Ambos Artemia y su madre, hoy Santa Serena, se convirtieron al cristianismo. Poco tiempo después, la hija del rey de Persia también fue poseída y Diocleciano, pidió a su esposa que persuadiera al diácono para ir a Persia para este fin. Lo hizo con sus otros dos compañeros cristianos, y otra vez el Santo expulsó al demonio, con lo que logró la conversión del rey, su familia y cuatro centenares de personas, a quienes bautizó. Los tres confesores regresaron a Roma, sin haber aceptado ninguna compensación por sus servicios, diciendo que habían recibido los dones de Dios gratuitamente y deseaban compartirlos.
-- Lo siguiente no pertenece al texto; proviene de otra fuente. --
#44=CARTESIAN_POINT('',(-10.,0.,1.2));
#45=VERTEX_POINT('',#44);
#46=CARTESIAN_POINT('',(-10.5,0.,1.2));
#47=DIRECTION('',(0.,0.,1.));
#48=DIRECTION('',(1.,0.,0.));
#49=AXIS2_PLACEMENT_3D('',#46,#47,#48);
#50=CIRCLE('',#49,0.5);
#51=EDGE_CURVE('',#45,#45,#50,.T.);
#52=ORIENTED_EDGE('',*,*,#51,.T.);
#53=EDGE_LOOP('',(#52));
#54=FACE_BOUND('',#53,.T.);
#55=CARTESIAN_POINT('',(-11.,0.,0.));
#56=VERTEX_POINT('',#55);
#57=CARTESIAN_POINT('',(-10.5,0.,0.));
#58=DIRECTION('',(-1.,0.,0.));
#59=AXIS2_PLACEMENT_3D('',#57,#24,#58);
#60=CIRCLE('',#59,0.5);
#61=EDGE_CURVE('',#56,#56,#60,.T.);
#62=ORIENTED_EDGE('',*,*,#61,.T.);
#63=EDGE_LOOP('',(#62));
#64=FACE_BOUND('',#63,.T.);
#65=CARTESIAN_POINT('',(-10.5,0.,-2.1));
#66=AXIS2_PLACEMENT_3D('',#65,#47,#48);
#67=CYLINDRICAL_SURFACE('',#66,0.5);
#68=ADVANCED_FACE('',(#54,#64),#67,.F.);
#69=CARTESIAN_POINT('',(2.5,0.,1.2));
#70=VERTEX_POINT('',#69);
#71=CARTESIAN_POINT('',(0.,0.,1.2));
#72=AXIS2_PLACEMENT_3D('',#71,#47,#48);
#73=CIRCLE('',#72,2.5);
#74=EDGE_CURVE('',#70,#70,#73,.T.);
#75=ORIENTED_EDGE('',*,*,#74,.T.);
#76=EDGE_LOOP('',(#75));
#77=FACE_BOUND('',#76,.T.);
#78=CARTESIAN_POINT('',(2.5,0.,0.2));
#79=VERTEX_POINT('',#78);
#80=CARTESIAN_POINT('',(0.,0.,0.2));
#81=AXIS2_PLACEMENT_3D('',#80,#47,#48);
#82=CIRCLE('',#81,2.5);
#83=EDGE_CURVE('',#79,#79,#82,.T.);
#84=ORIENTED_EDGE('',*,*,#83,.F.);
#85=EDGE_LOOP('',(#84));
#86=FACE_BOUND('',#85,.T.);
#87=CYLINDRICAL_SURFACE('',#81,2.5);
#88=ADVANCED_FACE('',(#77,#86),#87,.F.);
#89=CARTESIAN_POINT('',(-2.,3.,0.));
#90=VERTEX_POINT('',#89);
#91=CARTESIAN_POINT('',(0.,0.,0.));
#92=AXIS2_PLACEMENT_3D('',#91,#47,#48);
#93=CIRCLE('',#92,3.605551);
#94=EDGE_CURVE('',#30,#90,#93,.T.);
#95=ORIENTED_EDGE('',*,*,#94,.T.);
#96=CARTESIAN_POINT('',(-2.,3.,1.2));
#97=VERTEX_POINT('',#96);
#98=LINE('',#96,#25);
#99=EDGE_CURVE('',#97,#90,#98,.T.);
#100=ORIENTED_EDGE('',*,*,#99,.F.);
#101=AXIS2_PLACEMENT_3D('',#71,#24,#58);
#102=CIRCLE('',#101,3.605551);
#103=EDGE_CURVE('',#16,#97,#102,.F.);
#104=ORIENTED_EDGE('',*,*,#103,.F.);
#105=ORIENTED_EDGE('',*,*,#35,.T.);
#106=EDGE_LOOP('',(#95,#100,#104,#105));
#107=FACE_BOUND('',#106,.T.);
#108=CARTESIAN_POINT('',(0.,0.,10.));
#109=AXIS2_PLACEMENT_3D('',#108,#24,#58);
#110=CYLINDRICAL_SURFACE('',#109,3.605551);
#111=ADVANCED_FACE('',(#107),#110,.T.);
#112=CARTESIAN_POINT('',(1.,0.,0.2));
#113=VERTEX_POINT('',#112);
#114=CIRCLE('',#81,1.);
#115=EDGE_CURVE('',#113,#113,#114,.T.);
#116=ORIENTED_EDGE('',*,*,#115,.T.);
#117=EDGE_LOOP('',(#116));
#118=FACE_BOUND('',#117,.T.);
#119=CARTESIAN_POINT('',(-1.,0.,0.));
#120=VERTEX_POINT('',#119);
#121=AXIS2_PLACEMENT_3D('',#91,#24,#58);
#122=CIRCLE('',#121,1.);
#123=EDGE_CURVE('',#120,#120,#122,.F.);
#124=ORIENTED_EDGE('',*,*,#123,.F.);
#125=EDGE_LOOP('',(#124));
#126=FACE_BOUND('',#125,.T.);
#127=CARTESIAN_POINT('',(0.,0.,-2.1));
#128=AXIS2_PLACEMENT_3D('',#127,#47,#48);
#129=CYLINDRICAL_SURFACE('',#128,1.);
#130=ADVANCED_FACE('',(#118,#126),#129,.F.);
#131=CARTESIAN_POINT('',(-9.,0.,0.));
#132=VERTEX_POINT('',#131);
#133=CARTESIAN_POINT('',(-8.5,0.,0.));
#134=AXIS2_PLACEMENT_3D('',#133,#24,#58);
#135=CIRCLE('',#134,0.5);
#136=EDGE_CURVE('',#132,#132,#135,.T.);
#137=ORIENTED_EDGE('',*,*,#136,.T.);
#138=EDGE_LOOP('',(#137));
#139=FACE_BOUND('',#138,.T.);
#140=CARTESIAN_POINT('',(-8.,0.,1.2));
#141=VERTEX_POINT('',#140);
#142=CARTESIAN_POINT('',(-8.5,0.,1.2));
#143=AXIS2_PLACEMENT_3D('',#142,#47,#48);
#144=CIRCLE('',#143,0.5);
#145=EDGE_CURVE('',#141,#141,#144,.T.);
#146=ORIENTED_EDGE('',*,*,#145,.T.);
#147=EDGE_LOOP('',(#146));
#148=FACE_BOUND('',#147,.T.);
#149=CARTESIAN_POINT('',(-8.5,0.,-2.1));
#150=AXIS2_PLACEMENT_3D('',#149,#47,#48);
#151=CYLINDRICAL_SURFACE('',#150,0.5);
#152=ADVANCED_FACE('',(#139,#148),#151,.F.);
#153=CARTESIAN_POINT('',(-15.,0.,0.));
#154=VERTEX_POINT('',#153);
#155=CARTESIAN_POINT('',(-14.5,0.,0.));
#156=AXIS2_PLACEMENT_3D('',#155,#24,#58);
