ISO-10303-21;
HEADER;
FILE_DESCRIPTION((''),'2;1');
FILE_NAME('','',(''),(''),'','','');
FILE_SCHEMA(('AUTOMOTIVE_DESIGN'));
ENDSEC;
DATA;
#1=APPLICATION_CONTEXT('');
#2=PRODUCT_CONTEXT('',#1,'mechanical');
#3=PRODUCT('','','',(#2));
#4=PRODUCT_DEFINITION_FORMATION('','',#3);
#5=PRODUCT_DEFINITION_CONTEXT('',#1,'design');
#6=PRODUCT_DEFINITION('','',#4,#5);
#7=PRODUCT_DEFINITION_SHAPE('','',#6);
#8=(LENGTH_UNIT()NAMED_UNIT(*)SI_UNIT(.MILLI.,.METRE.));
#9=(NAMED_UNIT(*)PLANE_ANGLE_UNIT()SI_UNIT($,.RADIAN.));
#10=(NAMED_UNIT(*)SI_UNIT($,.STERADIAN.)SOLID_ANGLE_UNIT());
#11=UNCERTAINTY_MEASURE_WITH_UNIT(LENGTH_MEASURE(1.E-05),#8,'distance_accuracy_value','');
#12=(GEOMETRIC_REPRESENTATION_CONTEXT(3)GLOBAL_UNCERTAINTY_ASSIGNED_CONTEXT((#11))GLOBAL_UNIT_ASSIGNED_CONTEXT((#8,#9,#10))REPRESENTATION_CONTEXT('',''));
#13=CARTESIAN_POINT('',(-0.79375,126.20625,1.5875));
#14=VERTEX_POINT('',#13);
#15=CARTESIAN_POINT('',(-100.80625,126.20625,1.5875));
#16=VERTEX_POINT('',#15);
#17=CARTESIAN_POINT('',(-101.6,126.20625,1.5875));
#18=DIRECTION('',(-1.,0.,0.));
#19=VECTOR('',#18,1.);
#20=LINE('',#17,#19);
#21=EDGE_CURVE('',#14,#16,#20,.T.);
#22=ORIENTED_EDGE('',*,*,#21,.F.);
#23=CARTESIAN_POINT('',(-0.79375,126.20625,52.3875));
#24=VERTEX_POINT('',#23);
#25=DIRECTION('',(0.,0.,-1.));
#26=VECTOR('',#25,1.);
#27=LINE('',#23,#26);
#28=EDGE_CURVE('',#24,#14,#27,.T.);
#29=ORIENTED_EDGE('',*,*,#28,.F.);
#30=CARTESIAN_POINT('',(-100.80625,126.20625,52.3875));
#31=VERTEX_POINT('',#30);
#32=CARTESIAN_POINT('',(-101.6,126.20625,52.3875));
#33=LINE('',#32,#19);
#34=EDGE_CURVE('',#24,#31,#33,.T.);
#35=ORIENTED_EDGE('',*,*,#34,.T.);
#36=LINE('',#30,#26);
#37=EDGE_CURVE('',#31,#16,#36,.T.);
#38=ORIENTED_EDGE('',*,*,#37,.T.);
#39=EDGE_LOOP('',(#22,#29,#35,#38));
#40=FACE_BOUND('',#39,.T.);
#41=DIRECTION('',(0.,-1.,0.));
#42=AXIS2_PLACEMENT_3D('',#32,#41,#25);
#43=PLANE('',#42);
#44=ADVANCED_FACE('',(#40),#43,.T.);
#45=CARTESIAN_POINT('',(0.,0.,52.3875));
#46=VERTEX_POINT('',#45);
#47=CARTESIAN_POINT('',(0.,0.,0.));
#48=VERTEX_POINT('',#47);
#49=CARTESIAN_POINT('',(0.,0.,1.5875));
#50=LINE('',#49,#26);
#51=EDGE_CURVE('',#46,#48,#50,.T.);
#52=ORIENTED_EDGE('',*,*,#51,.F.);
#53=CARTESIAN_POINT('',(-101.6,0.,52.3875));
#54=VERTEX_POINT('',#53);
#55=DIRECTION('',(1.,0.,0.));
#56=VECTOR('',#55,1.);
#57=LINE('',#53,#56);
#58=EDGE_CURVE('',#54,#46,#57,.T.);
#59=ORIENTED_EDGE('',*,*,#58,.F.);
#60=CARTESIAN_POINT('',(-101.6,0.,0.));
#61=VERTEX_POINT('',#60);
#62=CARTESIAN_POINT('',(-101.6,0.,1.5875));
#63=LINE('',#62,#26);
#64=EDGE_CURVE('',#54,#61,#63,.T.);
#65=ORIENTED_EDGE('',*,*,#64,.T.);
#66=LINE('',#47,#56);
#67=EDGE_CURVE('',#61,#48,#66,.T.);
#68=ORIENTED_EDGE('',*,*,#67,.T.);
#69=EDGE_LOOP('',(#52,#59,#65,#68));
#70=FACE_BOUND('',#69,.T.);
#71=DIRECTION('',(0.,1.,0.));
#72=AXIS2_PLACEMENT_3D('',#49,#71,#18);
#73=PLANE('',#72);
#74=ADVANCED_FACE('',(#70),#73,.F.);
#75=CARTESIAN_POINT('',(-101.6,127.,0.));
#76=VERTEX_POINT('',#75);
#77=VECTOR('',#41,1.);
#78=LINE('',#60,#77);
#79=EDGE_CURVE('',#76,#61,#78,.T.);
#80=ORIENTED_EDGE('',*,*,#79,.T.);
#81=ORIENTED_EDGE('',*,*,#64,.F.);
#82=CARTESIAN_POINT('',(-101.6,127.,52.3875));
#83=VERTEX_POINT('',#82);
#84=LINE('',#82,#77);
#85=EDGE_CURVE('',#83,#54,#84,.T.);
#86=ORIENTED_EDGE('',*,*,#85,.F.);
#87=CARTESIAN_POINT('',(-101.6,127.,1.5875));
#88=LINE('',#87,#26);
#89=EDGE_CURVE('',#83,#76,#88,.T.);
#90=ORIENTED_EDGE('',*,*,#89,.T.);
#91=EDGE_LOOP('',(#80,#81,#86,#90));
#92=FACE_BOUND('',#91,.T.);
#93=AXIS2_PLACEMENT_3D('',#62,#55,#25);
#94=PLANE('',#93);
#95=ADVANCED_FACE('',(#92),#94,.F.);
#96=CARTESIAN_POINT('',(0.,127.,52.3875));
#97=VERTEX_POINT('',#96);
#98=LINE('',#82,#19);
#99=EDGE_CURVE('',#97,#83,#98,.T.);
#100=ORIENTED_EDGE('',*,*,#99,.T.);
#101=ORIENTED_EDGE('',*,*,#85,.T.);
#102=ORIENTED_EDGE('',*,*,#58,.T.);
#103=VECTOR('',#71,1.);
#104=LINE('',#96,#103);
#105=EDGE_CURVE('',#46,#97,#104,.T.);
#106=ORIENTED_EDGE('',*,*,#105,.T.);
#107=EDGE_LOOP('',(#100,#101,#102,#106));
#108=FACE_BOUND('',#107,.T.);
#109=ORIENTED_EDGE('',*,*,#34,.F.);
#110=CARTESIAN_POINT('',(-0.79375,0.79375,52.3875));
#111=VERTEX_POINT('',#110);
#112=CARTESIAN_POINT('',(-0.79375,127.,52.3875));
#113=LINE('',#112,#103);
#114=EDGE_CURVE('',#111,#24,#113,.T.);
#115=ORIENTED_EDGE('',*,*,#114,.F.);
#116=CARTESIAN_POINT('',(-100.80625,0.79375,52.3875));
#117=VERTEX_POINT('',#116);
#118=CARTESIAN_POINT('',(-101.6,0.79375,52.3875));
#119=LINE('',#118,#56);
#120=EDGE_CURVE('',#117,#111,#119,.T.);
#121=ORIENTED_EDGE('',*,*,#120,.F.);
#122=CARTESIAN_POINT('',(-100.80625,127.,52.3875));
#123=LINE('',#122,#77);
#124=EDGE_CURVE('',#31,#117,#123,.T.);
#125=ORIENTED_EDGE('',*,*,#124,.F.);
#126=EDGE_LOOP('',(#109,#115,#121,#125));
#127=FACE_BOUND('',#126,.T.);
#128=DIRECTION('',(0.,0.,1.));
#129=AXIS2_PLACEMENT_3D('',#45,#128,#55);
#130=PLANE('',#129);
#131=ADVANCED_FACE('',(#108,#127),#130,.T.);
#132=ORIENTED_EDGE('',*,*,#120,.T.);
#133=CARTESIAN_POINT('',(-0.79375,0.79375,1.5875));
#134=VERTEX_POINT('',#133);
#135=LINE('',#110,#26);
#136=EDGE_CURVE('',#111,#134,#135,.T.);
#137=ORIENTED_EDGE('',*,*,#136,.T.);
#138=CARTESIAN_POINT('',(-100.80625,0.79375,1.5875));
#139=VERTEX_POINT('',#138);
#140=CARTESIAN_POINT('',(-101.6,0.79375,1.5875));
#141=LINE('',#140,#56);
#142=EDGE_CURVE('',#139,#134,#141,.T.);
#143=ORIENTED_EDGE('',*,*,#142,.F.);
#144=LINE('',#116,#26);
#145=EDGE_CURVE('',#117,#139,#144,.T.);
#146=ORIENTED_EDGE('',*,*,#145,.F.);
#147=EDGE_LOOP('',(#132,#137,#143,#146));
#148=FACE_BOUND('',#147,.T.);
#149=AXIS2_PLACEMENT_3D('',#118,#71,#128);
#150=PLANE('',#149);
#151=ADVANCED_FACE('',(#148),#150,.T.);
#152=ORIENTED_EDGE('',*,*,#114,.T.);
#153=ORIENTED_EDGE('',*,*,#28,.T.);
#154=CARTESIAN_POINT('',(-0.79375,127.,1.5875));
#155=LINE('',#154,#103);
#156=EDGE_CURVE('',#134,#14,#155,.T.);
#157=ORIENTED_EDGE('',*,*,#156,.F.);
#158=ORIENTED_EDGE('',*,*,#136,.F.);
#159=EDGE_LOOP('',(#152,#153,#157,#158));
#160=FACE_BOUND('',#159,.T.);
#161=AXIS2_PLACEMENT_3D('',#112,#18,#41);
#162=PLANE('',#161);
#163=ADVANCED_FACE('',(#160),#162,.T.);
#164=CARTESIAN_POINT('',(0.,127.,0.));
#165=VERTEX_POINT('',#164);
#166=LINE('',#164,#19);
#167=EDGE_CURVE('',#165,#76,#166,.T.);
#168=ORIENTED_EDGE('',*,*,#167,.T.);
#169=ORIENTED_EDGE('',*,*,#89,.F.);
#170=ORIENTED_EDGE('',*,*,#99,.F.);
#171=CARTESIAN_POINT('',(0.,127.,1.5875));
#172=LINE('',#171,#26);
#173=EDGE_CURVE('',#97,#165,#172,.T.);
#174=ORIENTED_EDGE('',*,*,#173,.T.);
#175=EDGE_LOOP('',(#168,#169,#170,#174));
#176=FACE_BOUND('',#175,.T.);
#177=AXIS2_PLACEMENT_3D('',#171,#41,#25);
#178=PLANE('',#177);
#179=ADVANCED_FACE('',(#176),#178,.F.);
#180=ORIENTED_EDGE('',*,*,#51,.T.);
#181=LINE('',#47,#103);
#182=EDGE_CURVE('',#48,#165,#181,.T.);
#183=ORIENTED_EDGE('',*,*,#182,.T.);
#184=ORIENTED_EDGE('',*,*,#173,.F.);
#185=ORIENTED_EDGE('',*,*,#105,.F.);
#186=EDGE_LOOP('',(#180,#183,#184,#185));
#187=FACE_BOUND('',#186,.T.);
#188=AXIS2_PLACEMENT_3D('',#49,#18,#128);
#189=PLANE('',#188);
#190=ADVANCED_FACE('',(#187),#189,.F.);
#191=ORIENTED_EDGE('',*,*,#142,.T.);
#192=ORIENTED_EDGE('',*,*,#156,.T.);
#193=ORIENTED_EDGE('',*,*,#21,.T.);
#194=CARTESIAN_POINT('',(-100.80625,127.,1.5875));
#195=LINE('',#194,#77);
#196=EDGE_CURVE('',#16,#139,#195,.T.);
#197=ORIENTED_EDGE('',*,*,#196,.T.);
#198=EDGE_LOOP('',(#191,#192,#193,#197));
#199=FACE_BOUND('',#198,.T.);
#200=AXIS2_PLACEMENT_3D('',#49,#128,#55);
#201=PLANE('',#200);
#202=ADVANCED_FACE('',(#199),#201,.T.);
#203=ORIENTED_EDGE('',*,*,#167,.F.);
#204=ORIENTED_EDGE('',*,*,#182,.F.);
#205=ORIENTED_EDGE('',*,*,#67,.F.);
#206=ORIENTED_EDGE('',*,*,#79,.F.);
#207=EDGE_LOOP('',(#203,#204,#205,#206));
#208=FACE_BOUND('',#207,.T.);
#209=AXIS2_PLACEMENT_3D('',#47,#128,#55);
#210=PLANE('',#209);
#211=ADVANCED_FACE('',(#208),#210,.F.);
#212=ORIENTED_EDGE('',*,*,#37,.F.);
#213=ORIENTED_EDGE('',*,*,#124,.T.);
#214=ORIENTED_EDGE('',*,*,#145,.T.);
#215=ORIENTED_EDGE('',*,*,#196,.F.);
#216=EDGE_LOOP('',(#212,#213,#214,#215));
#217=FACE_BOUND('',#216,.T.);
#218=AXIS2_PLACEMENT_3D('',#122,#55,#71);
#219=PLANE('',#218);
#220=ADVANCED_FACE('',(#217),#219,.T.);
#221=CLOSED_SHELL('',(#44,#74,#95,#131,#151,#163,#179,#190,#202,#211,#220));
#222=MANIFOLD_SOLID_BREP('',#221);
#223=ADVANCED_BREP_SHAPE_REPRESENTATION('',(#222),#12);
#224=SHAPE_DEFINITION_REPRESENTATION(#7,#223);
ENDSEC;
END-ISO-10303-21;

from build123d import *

# Parameters (mm, degrees)
SKETCH1_W           = 101.6
SKETCH1_H           = 127
BOSS_EXTRUDE1_DEPTH = 1.5875
SKETCH2_W           = 101.6
SKETCH2_H           = 127
SKETCH2_W_2         = 100.0125
SKETCH2_H_2         = 125.4125
EXTRUDE_THIN1_DEPTH = 50.8


with BuildPart() as part:
    # Sketch1 → Boss-Extrude1 (new body)
    with BuildSketch(Plane.XY):
        with Locations((-50.8, 63.5)):
            Rectangle(SKETCH1_W, SKETCH1_H)
    extrude(amount=BOSS_EXTRUDE1_DEPTH)

    # Sketch2 → Extrude-Thin1 (add)
    with BuildSketch(Plane.XY.offset(1.5875)):
        with Locations((-50.8, 63.5)):
            Rectangle(SKETCH2_W, SKETCH2_H)
        with Locations((-50.8, 63.5)):
            Rectangle(SKETCH2_W_2, SKETCH2_H_2, mode=Mode.SUBTRACT)
    extrude(amount=EXTRUDE_THIN1_DEPTH)


solid = part.part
El bárbaro Maximiano, al enterarse de su regreso en el año 303, los capturó, encarceló y torturó, y finalmente decapitó a Ciriaco junto a otros veinte cristianos valientes.
Toda una buena enseñanza, pues, nos deja nuestro Patrón: vivir siempre la fe sin apartarse de ella; ser en consecuencia caritativos y misericordiosos con todos.